Probing home and husbandry, TD2 technically spans 4k video, original GoPro and 16mm footage alongside traditional and 3D animations. Installed within a large dog kennel, viewers must choose where to position themselves within a narrative that both disperses and reinforces a power game in which Lax plays participant, subject, student, director, and editor.

The exhibition is accompanied by other studies and drawings developed over the course of Lax’s research, including a motion-capture performance made with artist Caleb Craig, wherein Lax becomes Lassie, the rough collie “dog star” of mid-century American film and TV. 

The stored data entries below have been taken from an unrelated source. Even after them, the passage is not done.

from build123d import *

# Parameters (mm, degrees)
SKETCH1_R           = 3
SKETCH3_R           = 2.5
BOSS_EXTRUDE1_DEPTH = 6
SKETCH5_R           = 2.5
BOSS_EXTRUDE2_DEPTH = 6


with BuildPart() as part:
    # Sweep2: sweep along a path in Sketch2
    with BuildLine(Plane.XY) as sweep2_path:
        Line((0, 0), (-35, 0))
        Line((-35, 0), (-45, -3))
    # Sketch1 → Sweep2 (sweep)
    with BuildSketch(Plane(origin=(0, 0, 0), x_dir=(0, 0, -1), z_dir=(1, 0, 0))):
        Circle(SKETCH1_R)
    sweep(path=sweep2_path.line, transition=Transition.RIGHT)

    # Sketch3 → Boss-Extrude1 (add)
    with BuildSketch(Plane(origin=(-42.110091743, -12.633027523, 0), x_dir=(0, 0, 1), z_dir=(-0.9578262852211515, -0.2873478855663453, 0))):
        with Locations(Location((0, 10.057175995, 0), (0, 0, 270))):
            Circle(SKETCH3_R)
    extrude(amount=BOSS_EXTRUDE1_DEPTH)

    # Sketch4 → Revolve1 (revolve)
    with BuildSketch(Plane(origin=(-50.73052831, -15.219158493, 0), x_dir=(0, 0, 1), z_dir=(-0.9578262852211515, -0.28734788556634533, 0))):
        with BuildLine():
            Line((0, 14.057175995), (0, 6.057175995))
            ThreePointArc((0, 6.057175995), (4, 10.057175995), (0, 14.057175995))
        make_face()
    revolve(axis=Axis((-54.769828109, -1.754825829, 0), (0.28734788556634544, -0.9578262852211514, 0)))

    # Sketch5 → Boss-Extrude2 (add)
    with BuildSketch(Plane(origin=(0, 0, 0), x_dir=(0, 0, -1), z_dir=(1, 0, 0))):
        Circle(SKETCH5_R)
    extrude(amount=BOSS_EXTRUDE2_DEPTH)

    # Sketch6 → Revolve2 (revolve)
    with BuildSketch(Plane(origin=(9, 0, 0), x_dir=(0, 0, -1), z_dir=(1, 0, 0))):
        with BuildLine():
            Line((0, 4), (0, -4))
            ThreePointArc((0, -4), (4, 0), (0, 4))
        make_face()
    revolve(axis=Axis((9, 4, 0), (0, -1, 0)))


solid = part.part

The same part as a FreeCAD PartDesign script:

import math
import FreeCAD as App
import Part
import Sketcher

V = App.Vector
Q = App.Units.Quantity

doc = App.newDocument("Part")
body = doc.addObject("PartDesign::Body", "Body")

# Sketch on YZ plane
sketch1 = body.newObject("Sketcher::SketchObject", "Sketch")
sketch1.AttachmentSupport = (doc.getObject("YZ_Plane"), [""])
sketch1.MapMode = "FlatFace"
sketch1.addGeometry(Part.Circle(V(0, 0, 0), V(0, 0, 1), 3), False)
sketch1.addConstraint([
    Sketcher.Constraint("Coincident", 0, 3, -1, 1),
    Sketcher.Constraint("Diameter", 0, Q("6 mm")),
])

# Sketch on XY plane
sketch2 = body.newObject("Sketcher::SketchObject", "Sketch001")
sketch2.AttachmentSupport = (doc.getObject("XY_Plane"), [""])
sketch2.MapMode = "FlatFace"
sketch2.addGeometry([
    Part.LineSegment(V(0, 0, 0), V(-35, 0, 0)),
    Part.LineSegment(V(-35, 0, 0), V(-45, -3, 0)),
], False)
sketch2.addConstraint([
    Sketcher.Constraint("Coincident", 0, 2, 1, 1),
    Sketcher.Constraint("Horizontal", 0),
    Sketcher.Constraint("Coincident", 0, 1, -1, 1),
    Sketcher.Constraint("DistanceX", 0, 2, 0, 1, Q("35 mm")),
    Sketcher.Constraint("DistanceX", 1, 2, -1, 1, Q("45 mm")),
    Sketcher.Constraint("DistanceY", 1, 2, -1, 1, Q("3 mm")),
])
doc.recompute()

additivepipe = body.newObject("PartDesign::AdditivePipe", "AdditivePipe")
additivepipe.Profile = sketch1
additivepipe.Spine = (sketch2, ["Edge1", "Edge2"])
additivepipe.Transition = "Right corner"

# Sketch on an angled plane
sketch3 = body.newObject("Sketcher::SketchObject", "Sketch002")
sketch3.Placement = App.Placement(V(-42.110092, -12.633028, 0), App.Rotation(V(0, 0, 1), V(-0.287347886, 0.957826285, 0), V(-0.957826285, -0.287347886, 0), "ZXY"))
sketch3.addGeometry(Part.Circle(V(0, 10.057176, 0), V(0, 0, 1), 2.5), False)
sketch3.addConstraint([
    Sketcher.Constraint("PointOnObject", 0, 3, -2),
    Sketcher.Constraint("Diameter", 0, Q("5 mm")),
    Sketcher.Constraint("DistanceY", -1, 1, 0, 3, Q("10.057176 mm")),
])
pad1 = body.newObject("PartDesign::Pad", "Pad")
pad1.Profile = sketch3
pad1.Length = 6

# Sketch on an angled plane
sketch4 = body.newObject("Sketcher::SketchObject", "Sketch003")
sketch4.Placement = App.Placement(V(-50.730528, -15.219158, 0), App.Rotation(V(0, 0, 1), V(-0.287347886, 0.957826285, 0), V(-0.957826285, -0.287347886, 0), "ZXY"))
sketch4.addGeometry([
    Part.LineSegment(V(0, 14.057176, 0), V(0, 6.057176, 0)),
    Part.ArcOfCircle(Part.Circle(V(0, 10.057176, 0), V(0, 0, 1), 4), math.radians(-90), math.radians(90)),
], False)
sketch4.addConstraint([
    Sketcher.Constraint("Coincident", 0, 1, 1, 2),
    Sketcher.Constraint("Coincident", 1, 1, 0, 2),
    Sketcher.Constraint("Vertical", 0),
    Sketcher.Constraint("PointOnObject", 1, 3, -2),
    Sketcher.Constraint("PointOnObject", 0, 1, -2),
    Sketcher.Constraint("Radius", 1, Q("4 mm")),
    Sketcher.Constraint("DistanceY", -1, 1, 1, 3, Q("10.057176 mm")),
])
revolution = body.newObject("PartDesign::Revolution", "Revolution")
revolution.Profile = sketch4
revolution.ReferenceAxis = (sketch4, ["V_Axis"])
revolution.Angle = 360

# Sketch on YZ plane
sketch5 = body.newObject("Sketcher::SketchObject", "Sketch004")
sketch5.AttachmentSupport = (doc.getObject("YZ_Plane"), [""])
sketch5.MapMode = "FlatFace"
sketch5.addGeometry(Part.Circle(V(0, 0, 0), V(0, 0, 1), 2.5), False)
sketch5.addConstraint([
    Sketcher.Constraint("Coincident", 0, 3, -1, 1),
    Sketcher.Constraint("Diameter", 0, Q("5 mm")),
])
pad2 = body.newObject("PartDesign::Pad", "Pad001")
pad2.Profile = sketch5
pad2.Length = 6

# Sketch on YZ plane
sketch6 = body.newObject("Sketcher::SketchObject", "Sketch005")
sketch6.AttachmentSupport = (doc.getObject("YZ_Plane"), [""])
sketch6.MapMode = "FlatFace"
sketch6.AttachmentOffset = App.Placement(V(0, 0, 9), App.Rotation())
sketch6.addGeometry([
    Part.LineSegment(V(4, 0, 0), V(-4, 0, 0)),
    Part.ArcOfCircle(Part.Circle(V(0, 0, 0), V(0, 0, 1), 4), math.radians(180), math.radians(360)),
], False)
sketch6.addConstraint([
    Sketcher.Constraint("Coincident", 0, 1, 1, 2),
    Sketcher.Constraint("Coincident", 1, 1, 0, 2),
    Sketcher.Constraint("Horizontal", 0),
    Sketcher.Constraint("Coincident", 1, 3, -1, 1),
    Sketcher.Constraint("PointOnObject", 0, 1, -1),
    Sketcher.Constraint("Radius", 1, Q("4 mm")),
])
revolution2 = body.newObject("PartDesign::Revolution", "Revolution001")
revolution2.Profile = sketch6
revolution2.ReferenceAxis = (sketch6, ["H_Axis"])
revolution2.Angle = 360

doc.recompute()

An ongoing project, TD2 falls somewhere within performance and documentary, fantasy and real life. Through Lax’s instigations, various familial, sexual, and animal values are activated as the perspectives and needs of humans who “make” dogs, humans who train dogs, and humans who play as dogs commingle and inform a social ethic based on the importance of sharing and sharing alike.

On Thursday, November 14 at 7:00 pm, historian, writer and USC professor Andy Campbell will join Lax for a public conversation and the release of THE HOUNDS OF LOVE HAVE GONE NONVERBAL, the forthcoming zine-essay which accompanies TD2, published by Inga Books (Chicago).

Pup-only event to be announced soon.

Special thanks to Evelia Amores, Automata, Andy Campbell, Caleb Craig, Meghan Gordon, Kieran Hound, Mandi H, Patrick H, Kyle Belluci Johanson, Andre Keichian, Gelare Khoshgozaran, Dana Lupo, Jacob Lindgren, Sean Mankiw, PupStar Orion, Patrick J. Reed, and Christopher Henry Tuzon.

This project is supported in part by an Emergency Grant from the Foundation for Contemporary Arts.


Matthew Lax is an experimental filmmaker, artist and writer working between Los Angeles and New York. Lax’s films and video installations have been screened and exhibited at Viennale (Austria), Rencontres Internationales (Paris), table (Chicago), Los Angeles Contemporary Archive (LACA), and Winnipeg Underground Film Festival, among others. Lax’s curatorial projects include those held at Anthology Film Archives, Human Resources, and Fellows of Contemporary Art. Lax’s writing has appeared in publications including BOMB Magazine, MARCH Journal, Texte Zur Kunst, and Los Angeles Review of Books (LARB). Lax is a recipient of a 2024 Lightning Fund Grant from Los Angeles Contemporary Exhibitions (LACE) and the Andy Warhol Foundation.